* TASK: Starting with the line that contains "#74=ORIENTED_EDGE('',*,*,#67,.F.);" and stopping after the line that contains "#107=VECTOR('',#106,1.);", return each line below exactly as written, with no others.

* EXERCISE MATERIALS:

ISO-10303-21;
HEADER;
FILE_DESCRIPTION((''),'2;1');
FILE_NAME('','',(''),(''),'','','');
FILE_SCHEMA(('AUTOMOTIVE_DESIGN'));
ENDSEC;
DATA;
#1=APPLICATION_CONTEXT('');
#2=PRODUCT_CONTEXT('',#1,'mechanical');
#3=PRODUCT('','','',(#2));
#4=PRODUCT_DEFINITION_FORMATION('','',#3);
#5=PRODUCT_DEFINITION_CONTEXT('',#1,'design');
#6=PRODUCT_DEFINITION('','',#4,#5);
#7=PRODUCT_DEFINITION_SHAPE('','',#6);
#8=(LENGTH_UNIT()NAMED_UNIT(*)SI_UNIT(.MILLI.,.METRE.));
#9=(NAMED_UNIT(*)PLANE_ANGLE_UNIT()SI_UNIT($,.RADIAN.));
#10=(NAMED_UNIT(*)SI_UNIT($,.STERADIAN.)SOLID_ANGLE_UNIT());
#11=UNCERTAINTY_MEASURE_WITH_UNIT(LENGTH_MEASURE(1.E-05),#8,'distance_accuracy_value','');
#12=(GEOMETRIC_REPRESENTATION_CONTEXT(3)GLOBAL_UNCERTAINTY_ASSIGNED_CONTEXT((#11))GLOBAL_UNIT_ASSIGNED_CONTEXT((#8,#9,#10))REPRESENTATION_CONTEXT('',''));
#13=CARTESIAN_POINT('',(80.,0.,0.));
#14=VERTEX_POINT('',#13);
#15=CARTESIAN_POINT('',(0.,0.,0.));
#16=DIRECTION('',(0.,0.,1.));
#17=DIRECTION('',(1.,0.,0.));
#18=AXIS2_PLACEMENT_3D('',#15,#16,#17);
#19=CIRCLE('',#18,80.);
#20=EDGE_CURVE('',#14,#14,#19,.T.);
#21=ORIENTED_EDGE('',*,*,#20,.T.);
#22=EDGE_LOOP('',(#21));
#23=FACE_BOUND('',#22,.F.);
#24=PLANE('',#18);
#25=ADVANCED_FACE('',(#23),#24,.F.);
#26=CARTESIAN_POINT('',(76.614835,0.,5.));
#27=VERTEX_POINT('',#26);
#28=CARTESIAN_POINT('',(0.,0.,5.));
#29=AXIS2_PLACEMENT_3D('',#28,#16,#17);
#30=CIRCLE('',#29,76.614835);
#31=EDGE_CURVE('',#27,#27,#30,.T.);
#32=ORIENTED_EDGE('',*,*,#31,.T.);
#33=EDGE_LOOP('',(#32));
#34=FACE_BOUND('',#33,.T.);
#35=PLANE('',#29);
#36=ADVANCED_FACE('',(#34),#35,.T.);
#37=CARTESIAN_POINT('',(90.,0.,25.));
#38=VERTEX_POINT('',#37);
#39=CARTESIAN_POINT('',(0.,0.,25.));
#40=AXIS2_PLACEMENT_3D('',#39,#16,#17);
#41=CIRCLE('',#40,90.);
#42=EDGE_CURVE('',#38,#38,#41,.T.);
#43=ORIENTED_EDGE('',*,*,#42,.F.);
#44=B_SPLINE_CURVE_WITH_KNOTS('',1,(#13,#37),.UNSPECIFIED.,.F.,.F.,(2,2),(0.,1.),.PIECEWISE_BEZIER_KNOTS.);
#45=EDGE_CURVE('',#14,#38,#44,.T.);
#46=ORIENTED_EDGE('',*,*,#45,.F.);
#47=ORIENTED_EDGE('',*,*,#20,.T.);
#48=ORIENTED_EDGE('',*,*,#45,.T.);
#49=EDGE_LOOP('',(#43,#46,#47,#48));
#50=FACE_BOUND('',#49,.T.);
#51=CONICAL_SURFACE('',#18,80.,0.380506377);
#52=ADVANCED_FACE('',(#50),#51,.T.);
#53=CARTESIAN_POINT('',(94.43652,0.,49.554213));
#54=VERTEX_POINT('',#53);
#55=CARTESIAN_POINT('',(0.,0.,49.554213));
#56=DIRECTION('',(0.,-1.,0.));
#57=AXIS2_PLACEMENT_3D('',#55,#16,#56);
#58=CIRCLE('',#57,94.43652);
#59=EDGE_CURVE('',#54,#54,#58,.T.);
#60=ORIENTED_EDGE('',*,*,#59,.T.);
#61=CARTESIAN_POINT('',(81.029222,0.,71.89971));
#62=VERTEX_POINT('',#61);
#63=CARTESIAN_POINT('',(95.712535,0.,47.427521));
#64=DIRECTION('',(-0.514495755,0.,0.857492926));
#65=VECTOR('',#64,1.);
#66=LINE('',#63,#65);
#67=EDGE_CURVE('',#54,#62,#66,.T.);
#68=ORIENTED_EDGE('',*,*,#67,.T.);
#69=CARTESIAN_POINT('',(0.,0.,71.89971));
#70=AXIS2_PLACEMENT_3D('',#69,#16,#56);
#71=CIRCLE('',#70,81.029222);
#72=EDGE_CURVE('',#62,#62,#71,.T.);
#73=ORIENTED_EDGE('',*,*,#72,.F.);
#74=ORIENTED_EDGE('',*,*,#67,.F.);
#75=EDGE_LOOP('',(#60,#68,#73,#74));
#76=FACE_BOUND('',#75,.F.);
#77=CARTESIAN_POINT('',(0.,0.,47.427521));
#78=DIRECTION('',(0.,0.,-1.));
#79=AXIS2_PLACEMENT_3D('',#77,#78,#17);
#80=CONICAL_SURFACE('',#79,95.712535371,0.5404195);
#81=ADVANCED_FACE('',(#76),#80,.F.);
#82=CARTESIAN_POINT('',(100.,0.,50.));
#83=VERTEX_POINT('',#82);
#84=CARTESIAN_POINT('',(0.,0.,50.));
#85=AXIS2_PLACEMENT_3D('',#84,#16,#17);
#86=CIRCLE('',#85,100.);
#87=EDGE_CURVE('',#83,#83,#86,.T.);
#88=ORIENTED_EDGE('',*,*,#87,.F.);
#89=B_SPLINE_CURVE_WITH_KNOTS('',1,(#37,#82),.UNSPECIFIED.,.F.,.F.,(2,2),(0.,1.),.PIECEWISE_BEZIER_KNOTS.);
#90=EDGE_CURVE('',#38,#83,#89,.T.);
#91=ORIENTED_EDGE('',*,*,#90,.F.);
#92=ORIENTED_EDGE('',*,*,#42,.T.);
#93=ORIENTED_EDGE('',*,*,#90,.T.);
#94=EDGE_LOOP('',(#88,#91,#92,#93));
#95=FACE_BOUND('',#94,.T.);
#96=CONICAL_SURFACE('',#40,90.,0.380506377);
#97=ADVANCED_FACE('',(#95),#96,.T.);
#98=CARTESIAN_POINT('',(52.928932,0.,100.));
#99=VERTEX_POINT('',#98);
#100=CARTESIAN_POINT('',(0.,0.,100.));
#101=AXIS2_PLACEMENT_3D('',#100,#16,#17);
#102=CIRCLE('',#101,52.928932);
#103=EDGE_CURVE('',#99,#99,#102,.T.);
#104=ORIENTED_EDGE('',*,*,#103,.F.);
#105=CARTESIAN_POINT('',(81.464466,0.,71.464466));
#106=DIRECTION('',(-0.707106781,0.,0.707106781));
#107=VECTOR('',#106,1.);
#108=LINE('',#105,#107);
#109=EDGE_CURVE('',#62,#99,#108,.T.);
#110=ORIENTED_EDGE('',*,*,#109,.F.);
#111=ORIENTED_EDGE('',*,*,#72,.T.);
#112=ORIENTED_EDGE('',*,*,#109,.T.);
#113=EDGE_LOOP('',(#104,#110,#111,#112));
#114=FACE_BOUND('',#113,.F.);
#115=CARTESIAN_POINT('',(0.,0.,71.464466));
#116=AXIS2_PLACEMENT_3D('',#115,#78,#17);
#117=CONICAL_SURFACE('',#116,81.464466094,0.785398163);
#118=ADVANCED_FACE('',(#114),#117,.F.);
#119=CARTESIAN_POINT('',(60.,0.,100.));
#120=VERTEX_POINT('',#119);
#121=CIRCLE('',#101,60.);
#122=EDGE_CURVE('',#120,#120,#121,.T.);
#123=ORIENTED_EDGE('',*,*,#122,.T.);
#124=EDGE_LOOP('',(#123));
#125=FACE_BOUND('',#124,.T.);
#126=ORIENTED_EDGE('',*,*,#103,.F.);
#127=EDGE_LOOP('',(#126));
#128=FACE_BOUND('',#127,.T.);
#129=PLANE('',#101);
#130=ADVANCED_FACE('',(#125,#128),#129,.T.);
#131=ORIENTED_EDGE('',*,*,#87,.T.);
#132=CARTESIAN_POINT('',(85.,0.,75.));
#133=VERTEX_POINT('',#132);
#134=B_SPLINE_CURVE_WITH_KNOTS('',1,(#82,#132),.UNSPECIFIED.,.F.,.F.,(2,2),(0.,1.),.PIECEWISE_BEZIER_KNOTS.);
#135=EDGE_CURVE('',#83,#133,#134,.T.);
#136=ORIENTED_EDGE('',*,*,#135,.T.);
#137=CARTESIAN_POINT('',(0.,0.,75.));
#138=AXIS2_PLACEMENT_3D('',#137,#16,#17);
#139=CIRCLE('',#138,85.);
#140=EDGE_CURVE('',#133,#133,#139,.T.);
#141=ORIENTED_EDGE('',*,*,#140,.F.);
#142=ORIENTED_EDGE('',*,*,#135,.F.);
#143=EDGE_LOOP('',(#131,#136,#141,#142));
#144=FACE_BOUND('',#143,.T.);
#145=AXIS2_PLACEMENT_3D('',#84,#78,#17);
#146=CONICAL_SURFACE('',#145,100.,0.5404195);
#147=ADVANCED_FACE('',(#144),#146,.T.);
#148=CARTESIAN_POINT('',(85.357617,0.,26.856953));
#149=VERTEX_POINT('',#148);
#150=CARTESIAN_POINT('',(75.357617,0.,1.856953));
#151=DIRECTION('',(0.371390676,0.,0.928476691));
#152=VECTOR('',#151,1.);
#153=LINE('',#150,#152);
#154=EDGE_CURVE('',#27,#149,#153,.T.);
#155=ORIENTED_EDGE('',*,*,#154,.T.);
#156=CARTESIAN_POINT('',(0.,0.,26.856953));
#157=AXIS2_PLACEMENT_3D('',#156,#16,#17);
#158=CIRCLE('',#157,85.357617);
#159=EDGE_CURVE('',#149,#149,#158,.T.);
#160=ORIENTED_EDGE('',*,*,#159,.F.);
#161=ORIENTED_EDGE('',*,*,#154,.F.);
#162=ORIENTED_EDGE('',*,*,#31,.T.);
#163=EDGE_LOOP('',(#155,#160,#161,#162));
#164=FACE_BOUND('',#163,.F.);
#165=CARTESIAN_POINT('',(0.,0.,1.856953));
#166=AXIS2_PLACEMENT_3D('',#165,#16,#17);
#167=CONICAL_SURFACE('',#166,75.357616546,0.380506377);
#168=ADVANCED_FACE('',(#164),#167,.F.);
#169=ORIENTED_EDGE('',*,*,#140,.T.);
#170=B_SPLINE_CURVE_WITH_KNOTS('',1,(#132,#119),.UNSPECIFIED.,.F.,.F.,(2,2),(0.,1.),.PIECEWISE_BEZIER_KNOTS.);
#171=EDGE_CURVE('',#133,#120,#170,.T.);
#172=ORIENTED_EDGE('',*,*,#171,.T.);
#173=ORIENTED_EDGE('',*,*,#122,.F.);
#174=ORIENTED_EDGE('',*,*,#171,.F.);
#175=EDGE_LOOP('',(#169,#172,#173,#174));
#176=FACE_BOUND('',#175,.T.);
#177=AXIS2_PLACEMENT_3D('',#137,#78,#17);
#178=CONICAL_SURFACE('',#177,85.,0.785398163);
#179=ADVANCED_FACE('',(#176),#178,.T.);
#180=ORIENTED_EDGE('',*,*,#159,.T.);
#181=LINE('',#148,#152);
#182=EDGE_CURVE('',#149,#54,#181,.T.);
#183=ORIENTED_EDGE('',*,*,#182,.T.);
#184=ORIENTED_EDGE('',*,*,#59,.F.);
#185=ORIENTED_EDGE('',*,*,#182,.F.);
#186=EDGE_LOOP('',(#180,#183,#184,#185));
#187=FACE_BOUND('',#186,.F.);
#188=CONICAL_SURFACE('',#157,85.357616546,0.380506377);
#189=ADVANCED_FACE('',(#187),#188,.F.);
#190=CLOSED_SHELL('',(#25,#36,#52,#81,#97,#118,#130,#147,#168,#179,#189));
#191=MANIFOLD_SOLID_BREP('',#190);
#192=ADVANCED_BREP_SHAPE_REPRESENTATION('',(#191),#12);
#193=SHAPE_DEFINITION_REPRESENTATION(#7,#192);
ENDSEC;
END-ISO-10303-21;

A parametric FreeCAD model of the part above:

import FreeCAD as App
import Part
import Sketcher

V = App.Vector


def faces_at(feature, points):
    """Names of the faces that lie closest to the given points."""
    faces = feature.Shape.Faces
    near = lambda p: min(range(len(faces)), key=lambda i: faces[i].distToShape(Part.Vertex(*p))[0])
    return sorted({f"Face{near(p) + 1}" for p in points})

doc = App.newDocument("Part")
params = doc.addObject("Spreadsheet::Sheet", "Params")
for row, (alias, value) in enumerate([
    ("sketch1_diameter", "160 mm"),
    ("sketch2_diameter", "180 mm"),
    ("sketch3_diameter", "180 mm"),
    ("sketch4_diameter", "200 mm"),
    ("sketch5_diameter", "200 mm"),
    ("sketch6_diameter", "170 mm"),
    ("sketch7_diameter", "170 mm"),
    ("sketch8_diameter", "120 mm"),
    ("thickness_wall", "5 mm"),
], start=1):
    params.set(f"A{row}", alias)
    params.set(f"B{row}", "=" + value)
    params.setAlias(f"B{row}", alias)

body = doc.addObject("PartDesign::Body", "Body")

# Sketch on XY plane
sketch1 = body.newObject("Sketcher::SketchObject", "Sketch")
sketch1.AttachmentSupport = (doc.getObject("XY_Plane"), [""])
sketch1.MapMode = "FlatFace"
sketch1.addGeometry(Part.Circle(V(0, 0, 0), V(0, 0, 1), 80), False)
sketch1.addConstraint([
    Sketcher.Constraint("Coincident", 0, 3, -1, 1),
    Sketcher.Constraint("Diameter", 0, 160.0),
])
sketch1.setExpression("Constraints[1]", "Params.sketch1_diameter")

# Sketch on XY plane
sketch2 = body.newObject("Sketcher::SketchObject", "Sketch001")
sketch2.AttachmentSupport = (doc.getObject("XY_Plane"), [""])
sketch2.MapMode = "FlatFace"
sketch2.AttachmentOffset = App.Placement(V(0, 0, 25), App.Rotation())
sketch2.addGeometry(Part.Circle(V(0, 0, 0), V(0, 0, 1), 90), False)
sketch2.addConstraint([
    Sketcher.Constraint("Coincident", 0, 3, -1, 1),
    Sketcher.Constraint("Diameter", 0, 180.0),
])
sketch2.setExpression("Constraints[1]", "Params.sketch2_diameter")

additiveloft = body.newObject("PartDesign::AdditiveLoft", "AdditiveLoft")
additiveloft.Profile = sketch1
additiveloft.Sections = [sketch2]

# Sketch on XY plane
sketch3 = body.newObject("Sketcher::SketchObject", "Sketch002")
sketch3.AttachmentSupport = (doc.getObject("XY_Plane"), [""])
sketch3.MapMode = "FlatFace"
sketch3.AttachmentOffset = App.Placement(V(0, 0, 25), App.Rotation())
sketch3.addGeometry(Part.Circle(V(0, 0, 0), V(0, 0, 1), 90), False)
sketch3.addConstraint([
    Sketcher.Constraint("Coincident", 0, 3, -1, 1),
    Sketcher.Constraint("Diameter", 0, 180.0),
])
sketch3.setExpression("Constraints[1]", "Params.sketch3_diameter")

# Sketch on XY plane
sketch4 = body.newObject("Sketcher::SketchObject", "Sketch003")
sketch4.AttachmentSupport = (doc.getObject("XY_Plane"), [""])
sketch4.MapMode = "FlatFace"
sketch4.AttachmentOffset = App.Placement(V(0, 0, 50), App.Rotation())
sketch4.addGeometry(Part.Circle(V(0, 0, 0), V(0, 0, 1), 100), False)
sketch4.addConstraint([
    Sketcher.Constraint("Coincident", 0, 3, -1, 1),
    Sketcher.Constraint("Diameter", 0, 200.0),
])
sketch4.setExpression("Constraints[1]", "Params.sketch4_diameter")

* ANSWER FOR THE TASK:
#74=ORIENTED_EDGE('',*,*,#67,.F.);
#75=EDGE_LOOP('',(#60,#68,#73,#74));
#76=FACE_BOUND('',#75,.F.);
#77=CARTESIAN_POINT('',(0.,0.,47.427521));
#78=DIRECTION('',(0.,0.,-1.));
#79=AXIS2_PLACEMENT_3D('',#77,#78,#17);
#80=CONICAL_SURFACE('',#79,95.712535371,0.5404195);
#81=ADVANCED_FACE('',(#76),#80,.F.);
#82=CARTESIAN_POINT('',(100.,0.,50.));
#83=VERTEX_POINT('',#82);
#84=CARTESIAN_POINT('',(0.,0.,50.));
#85=AXIS2_PLACEMENT_3D('',#84,#16,#17);
#86=CIRCLE('',#85,100.);
#87=EDGE_CURVE('',#83,#83,#86,.T.);
#88=ORIENTED_EDGE('',*,*,#87,.F.);
#89=B_SPLINE_CURVE_WITH_KNOTS('',1,(#37,#82),.UNSPECIFIED.,.F.,.F.,(2,2),(0.,1.),.PIECEWISE_BEZIER_KNOTS.);
#90=EDGE_CURVE('',#38,#83,#89,.T.);
#91=ORIENTED_EDGE('',*,*,#90,.F.);
#92=ORIENTED_EDGE('',*,*,#42,.T.);
#93=ORIENTED_EDGE('',*,*,#90,.T.);
#94=EDGE_LOOP('',(#88,#91,#92,#93));
#95=FACE_BOUND('',#94,.T.);
#96=CONICAL_SURFACE('',#40,90.,0.380506377);
#97=ADVANCED_FACE('',(#95),#96,.T.);
#98=CARTESIAN_POINT('',(52.928932,0.,100.));
#99=VERTEX_POINT('',#98);
#100=CARTESIAN_POINT('',(0.,0.,100.));
#101=AXIS2_PLACEMENT_3D('',#100,#16,#17);
#102=CIRCLE('',#101,52.928932);
#103=EDGE_CURVE('',#99,#99,#102,.T.);
#104=ORIENTED_EDGE('',*,*,#103,.F.);
#105=CARTESIAN_POINT('',(81.464466,0.,71.464466));
#106=DIRECTION('',(-0.707106781,0.,0.707106781));
#107=VECTOR('',#106,1.);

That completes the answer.